*** Begin section ***

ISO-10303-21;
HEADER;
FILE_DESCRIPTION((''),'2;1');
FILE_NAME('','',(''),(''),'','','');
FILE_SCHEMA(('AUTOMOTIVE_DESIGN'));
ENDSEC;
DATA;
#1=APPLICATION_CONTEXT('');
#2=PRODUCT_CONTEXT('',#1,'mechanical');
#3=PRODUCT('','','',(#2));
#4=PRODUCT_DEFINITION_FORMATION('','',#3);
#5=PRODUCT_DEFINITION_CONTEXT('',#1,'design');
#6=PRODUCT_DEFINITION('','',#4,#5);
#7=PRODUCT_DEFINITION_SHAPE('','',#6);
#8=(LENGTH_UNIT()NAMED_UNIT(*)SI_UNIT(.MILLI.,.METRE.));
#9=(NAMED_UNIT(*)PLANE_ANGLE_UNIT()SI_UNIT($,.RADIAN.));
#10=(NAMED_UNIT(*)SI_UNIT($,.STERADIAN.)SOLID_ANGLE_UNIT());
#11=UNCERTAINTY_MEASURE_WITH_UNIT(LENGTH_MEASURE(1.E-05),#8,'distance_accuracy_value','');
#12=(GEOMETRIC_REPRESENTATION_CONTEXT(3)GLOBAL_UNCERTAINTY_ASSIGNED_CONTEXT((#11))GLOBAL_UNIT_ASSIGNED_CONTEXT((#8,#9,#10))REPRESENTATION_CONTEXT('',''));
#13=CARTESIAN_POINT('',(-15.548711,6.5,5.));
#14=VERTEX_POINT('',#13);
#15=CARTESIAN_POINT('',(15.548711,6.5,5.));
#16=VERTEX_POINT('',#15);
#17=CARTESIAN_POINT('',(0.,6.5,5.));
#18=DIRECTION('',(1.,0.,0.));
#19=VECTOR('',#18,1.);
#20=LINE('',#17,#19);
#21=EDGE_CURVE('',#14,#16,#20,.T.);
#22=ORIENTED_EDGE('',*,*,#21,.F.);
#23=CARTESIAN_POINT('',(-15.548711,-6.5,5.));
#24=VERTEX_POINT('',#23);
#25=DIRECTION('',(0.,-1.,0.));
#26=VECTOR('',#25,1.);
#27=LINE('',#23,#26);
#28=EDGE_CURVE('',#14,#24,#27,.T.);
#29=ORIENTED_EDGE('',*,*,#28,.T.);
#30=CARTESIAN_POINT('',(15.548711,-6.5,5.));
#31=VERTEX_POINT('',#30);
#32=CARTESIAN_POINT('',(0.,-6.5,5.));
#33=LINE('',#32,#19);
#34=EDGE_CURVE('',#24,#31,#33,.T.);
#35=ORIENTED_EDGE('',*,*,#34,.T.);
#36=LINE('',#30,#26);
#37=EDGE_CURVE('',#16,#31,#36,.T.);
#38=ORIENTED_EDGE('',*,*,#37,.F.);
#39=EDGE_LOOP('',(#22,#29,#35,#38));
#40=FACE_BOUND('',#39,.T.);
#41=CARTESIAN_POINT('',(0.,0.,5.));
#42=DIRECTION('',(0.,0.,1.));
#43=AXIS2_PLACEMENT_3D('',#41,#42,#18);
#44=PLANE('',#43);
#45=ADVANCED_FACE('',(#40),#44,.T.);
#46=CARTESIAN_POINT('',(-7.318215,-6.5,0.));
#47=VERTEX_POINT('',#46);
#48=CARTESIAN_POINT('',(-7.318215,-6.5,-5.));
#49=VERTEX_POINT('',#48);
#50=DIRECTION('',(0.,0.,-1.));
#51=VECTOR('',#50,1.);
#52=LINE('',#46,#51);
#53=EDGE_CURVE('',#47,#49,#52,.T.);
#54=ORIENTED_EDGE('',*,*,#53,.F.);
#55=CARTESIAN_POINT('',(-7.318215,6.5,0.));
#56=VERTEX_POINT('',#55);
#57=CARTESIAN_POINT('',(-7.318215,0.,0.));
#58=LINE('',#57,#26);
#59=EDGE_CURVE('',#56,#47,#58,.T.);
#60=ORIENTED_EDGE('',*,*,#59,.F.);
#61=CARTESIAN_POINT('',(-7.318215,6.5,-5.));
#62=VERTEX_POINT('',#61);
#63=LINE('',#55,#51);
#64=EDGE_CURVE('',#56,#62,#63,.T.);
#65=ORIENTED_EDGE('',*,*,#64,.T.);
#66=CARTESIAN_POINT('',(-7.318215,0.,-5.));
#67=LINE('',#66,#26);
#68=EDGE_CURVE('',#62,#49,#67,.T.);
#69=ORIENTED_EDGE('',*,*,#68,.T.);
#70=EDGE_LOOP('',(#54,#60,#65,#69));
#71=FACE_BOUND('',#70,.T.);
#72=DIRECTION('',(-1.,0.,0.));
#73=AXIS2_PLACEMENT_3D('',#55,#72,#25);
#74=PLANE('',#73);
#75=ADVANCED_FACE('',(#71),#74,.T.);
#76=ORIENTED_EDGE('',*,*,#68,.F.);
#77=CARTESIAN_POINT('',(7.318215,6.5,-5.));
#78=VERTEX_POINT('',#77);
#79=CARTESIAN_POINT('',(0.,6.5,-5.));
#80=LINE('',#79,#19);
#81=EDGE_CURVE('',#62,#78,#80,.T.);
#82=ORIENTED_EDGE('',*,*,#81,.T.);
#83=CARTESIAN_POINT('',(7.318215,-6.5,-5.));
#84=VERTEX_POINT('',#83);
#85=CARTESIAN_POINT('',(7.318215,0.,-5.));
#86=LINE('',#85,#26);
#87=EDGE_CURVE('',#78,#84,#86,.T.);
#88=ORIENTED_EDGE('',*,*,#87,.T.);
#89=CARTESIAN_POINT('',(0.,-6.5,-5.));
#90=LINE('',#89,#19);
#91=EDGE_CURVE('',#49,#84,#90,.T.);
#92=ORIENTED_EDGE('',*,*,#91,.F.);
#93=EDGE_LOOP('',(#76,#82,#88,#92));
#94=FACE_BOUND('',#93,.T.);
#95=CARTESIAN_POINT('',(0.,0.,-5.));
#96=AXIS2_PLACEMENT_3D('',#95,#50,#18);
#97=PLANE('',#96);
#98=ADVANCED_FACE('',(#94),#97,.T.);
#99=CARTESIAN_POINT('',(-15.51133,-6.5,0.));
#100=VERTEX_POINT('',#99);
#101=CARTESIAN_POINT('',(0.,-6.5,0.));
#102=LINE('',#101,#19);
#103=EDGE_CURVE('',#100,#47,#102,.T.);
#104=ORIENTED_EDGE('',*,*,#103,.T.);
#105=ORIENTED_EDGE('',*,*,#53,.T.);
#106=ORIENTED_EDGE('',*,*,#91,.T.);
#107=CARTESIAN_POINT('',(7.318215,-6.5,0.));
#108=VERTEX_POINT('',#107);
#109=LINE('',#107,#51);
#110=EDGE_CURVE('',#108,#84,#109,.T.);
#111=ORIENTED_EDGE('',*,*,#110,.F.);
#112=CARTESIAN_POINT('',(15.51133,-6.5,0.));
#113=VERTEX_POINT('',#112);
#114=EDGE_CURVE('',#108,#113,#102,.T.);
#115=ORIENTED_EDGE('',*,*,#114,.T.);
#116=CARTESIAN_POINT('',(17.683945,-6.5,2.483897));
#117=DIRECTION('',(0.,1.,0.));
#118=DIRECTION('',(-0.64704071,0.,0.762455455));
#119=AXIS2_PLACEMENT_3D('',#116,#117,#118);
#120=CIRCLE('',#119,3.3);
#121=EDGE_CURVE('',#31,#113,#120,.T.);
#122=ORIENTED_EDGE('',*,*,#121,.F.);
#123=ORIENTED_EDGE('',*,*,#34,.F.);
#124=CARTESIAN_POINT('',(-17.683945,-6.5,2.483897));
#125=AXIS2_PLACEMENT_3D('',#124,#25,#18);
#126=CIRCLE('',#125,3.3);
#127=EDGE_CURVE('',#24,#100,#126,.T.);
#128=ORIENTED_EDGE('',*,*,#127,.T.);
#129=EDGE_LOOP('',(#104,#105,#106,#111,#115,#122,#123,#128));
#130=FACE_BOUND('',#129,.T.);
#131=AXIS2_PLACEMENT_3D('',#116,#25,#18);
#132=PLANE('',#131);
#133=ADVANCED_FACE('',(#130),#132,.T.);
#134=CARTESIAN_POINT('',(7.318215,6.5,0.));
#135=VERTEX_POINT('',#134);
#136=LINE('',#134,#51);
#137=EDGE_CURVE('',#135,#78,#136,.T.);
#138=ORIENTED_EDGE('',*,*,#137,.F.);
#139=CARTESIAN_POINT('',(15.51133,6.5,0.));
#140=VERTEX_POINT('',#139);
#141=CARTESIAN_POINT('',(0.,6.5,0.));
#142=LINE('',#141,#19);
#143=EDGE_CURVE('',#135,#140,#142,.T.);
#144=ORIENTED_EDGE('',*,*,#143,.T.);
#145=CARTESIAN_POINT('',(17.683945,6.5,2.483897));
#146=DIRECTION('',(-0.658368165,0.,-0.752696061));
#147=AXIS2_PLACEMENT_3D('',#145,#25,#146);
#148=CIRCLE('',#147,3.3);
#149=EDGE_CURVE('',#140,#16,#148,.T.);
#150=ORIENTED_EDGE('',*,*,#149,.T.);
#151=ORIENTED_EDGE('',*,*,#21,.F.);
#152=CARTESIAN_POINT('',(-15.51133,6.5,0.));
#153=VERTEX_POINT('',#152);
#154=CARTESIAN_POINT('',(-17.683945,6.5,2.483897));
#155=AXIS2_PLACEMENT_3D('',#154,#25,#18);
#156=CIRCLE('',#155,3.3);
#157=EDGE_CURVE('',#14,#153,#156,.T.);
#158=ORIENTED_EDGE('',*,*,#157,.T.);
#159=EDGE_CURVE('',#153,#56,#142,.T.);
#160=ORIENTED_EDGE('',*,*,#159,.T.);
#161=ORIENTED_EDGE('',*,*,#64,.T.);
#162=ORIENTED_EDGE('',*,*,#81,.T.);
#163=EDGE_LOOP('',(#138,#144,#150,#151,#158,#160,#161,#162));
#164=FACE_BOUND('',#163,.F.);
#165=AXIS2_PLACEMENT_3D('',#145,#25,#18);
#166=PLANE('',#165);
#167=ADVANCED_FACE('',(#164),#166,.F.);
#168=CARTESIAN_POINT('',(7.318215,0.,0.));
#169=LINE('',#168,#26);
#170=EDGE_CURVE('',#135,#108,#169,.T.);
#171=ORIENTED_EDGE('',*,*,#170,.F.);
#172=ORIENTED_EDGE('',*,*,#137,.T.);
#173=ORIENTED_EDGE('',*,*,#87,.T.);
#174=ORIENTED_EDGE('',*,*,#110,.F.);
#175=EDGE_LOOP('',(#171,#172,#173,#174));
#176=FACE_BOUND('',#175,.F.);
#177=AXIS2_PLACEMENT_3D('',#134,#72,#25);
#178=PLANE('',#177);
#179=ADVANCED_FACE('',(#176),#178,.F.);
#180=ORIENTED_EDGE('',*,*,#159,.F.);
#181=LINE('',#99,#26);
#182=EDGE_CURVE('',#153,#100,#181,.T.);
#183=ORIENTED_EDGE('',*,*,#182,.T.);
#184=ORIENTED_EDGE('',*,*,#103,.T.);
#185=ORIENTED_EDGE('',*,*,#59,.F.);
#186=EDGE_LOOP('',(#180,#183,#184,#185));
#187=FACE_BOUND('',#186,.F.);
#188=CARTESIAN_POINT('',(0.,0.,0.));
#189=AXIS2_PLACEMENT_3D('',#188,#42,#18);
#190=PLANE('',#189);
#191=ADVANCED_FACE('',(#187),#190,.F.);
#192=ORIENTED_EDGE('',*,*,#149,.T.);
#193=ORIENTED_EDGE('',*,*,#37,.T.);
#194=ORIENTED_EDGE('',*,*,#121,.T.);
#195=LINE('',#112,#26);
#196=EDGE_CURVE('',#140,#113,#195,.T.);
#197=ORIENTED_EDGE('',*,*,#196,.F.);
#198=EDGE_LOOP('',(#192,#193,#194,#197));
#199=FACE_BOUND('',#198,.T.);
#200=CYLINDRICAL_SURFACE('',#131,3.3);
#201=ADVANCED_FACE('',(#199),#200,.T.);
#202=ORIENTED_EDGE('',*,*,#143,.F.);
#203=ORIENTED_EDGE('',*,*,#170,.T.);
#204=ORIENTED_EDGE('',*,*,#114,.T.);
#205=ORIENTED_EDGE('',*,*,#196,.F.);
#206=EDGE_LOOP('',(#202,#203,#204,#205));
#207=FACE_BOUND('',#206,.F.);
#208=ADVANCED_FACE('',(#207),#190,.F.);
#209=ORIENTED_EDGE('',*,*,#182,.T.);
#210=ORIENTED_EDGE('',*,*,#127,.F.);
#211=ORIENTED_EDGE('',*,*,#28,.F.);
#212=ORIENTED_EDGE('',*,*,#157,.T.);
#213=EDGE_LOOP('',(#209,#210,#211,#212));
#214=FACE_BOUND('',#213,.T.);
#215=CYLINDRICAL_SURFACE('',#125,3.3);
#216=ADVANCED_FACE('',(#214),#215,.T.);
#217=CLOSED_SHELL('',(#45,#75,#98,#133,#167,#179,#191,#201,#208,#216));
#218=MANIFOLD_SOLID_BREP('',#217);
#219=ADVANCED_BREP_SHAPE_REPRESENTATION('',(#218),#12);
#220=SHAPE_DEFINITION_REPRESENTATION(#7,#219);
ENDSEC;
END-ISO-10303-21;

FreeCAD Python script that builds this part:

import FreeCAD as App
import Part
import Sketcher


def add_polygon(sketch, points):
    """Adds a closed chain of lines whose ends are joined by coincident constraints."""
    first, n = sketch.GeometryCount, len(points)
    for a, b in zip(points, points[1:] + points[:1]):
        sketch.addGeometry(Part.LineSegment(App.Vector(*a, 0), App.Vector(*b, 0)), False)
    for i in range(n):
        sketch.addConstraint(Sketcher.Constraint("Coincident", first + i, 2, first + (i + 1) % n, 1))

doc = App.newDocument("Part")
body = doc.addObject("PartDesign::Body", "Body")

# Sketch on XY plane
sketch1 = body.newObject("Sketcher::SketchObject", "Sketch")
sketch1.AttachmentSupport = (doc.getObject("XY_Plane"), [""])
sketch1.MapMode = "FlatFace"
add_polygon(sketch1, [(-7, -6), (-7, 6), (7, 6), (7, -6)])  # lines 0-3
sketch1.addConstraint([
    Sketcher.Constraint("Vertical", 0),
    Sketcher.Constraint("Horizontal", 1),
    Sketcher.Constraint("Vertical", 2),
    Sketcher.Constraint("Horizontal", 3),
    Sketcher.Constraint("Symmetric", 0, 2, 2, 2, -1, 1),
    Sketcher.Constraint("DistanceY", 0, 1, 0, 2, 13.0),
    Sketcher.Constraint("DistanceX", 1, 1, 1, 2, 14.63643),
])
pad1 = body.newObject("PartDesign::Pad", "Pad")
pad1.Profile = sketch1
pad1.Length = 5
pad1.Reversed = True
body2 = doc.addObject("PartDesign::Body", "Body001")

# Sketch on XY plane
sketch2 = body2.newObject("Sketcher::SketchObject", "Sketch001")
sketch2.AttachmentSupport = (doc.getObject("XY_Plane001"), [""])
sketch2.MapMode = "FlatFace"
add_polygon(sketch2, [(-18, 6), (-18, -6), (18, -6), (18, 6)])  # lines 0-3
sketch2.addConstraint([
    Sketcher.Constraint("Vertical", 0),
    Sketcher.Constraint("Horizontal", 1),
    Sketcher.Constraint("Vertical", 2),
    Sketcher.Constraint("Horizontal", 3),
    Sketcher.Constraint("Symmetric", 0, 2, 2, 2, -1, 1),
    Sketcher.Constraint("DistanceX", 1, 1, 1, 2, 35.0),
    Sketcher.Constraint("DistanceY", 0, 2, 0, 1, 13.0),
])
pad2 = body2.newObject("PartDesign::Pad", "Pad001")
pad2.Profile = sketch2
pad2.Length = 5

# Sketch on XZ plane
sketch3 = body2.newObject("Sketcher::SketchObject", "Sketch002")
sketch3.AttachmentSupport = (doc.getObject("XZ_Plane001"), [""])
sketch3.MapMode = "FlatFace"
sketch3.AttachmentOffset = App.Placement(App.Vector(0, 0, 6.5), App.Rotation())
sketch3.addGeometry([
    Part.Circle(App.Vector(17.7, 2.5, 0), App.Vector(0, 0, 1), 3.3),
    Part.Circle(App.Vector(-17.7, 2.5, 0), App.Vector(0, 0, 1), 3.3),
], False)
sketch3.addConstraint([
    Sketcher.Constraint("Equal", 0, 1),
    Sketcher.Constraint("Symmetric", 0, 3, 1, 3, -2),
    Sketcher.Constraint("Diameter", 0, 6.6),
    Sketcher.Constraint("DistanceX", 1, 3, 0, 3, 35.36789),
    Sketcher.Constraint("DistanceY", -1, 1, 0, 3, 2.483897),
])
pad3 = body2.newObject("PartDesign::Pad", "Pad002")
pad3.Profile = sketch3
pad3.Length = 13
pad3.Reversed = True
doc.recompute()

boolean = body2.newObject("PartDesign::Boolean", "Boolean")
boolean.Type = "Fuse"
boolean.addObjects([body])

doc.recompute()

*** End section ***

What you have to do | From the entries above, write out only the lines starting at the line that holds "#46=CARTESIAN_POINT('',(-7.318215,-6.5,0.));" and ending at the line that holds "#55=CARTESIAN_POINT('',(-7.318215,6.5,0.));", keeping both and matching them exactly.

Result |
#46=CARTESIAN_POINT('',(-7.318215,-6.5,0.));
#47=VERTEX_POINT('',#46);
#48=CARTESIAN_POINT('',(-7.318215,-6.5,-5.));
#49=VERTEX_POINT('',#48);
#50=DIRECTION('',(0.,0.,-1.));
#51=VECTOR('',#50,1.);
#52=LINE('',#46,#51);
#53=EDGE_CURVE('',#47,#49,#52,.T.);
#54=ORIENTED_EDGE('',*,*,#53,.F.);
#55=CARTESIAN_POINT('',(-7.318215,6.5,0.));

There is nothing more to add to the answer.